Inner House delays decision in nobile officium petition

Inner House delays decision in nobile officium petition

Lord Carloway

The Inner House of the Court of Session has delayed a decision on signing a letter seeking an extension to Article 50 if Prime Minister Boris Johnson refuses to do so.

Petitioners Dale Vince OBE, Joanna Cherry QC MP and Jolyon Maugham QC had asked judges to enforce legislation passed by MPs aimed at preventing a no-deal Brexit.

Under the “Benn Act”, Mr Johnson must ask EU leaders for a delay if a deal has not yet been agreed by 19 October.

But judges said they could not rule on the matter until the political debate has “played out”.

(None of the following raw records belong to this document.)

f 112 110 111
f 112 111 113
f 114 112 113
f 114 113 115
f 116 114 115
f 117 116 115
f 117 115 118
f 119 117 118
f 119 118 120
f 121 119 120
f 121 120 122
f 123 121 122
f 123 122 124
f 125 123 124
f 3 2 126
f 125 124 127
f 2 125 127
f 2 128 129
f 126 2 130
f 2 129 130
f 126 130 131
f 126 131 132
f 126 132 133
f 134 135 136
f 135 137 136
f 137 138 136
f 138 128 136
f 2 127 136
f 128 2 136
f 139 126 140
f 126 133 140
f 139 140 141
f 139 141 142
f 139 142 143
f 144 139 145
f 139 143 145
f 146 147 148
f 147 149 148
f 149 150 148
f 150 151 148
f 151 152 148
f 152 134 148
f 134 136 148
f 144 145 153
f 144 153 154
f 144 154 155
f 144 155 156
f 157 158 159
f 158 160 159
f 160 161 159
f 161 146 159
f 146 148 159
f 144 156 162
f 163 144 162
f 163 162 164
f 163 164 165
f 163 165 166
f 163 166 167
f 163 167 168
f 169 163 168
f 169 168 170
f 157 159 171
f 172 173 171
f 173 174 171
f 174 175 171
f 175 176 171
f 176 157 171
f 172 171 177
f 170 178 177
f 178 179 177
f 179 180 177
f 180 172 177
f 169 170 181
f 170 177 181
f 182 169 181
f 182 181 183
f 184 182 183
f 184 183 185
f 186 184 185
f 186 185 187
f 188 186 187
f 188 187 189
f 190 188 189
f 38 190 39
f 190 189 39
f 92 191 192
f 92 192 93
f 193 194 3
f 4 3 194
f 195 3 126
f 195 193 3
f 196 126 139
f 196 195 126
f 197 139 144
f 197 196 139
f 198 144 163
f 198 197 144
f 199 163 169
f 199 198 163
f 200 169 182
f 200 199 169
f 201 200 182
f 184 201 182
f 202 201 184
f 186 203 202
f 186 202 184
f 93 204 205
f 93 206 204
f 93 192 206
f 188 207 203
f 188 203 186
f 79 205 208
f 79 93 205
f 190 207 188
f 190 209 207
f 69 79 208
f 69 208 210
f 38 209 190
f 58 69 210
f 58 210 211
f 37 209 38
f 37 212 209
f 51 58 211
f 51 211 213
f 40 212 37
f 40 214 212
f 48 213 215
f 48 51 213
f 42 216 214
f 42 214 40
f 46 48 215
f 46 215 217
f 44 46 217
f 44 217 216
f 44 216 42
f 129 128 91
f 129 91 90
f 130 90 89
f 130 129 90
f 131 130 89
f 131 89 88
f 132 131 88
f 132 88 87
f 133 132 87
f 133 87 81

The court will convene again on 21 October when circumstances should be “significantly clearer”, judges said.

Lord Carloway wrote: “Until the time for sending the letter has arrived, the PM has not acted unlawfully, whatever he and his officials are reported to have said privately or in public.

“The situation remains fluid. Over the next two weeks, circumstances will inevitably change.”

Mr Maugham said: “These cases are about keeping the Prime Minister on the straight and narrow. We have extracted from him a promise that he will comply with the law. If he breaks that promise he will face the music – including possible contempt proceedings. And the courts are likely to make good any failure on his part, including signing the Benn Act letter.”

Elaine Motion, executive chairman of Balfour and Manson, which represents the petitioners, said: “The decision today gives the Prime Minister time and space to comply with his legal obligations in terms of the Benn Act - and not to frustrate it.

“If he fails to comply with the terms of the act and does not sign the letter to extend the Brexit date, the court will determine the matter on 21 October.

“The decision by the Inner House of the Court of Session to continue the matter until 21 October reflects the fact that the 21st is the earliest date after the deadline of 19 October for the Prime Minister to sign the letter to the European Council.

“Its decision vindicates entirely the petitioners’ actions in these cases which have resulted, for the first time, in the Prime Minister indicating in formal court documents that he will sign the letter and not seek to frustrate the Benn Act.”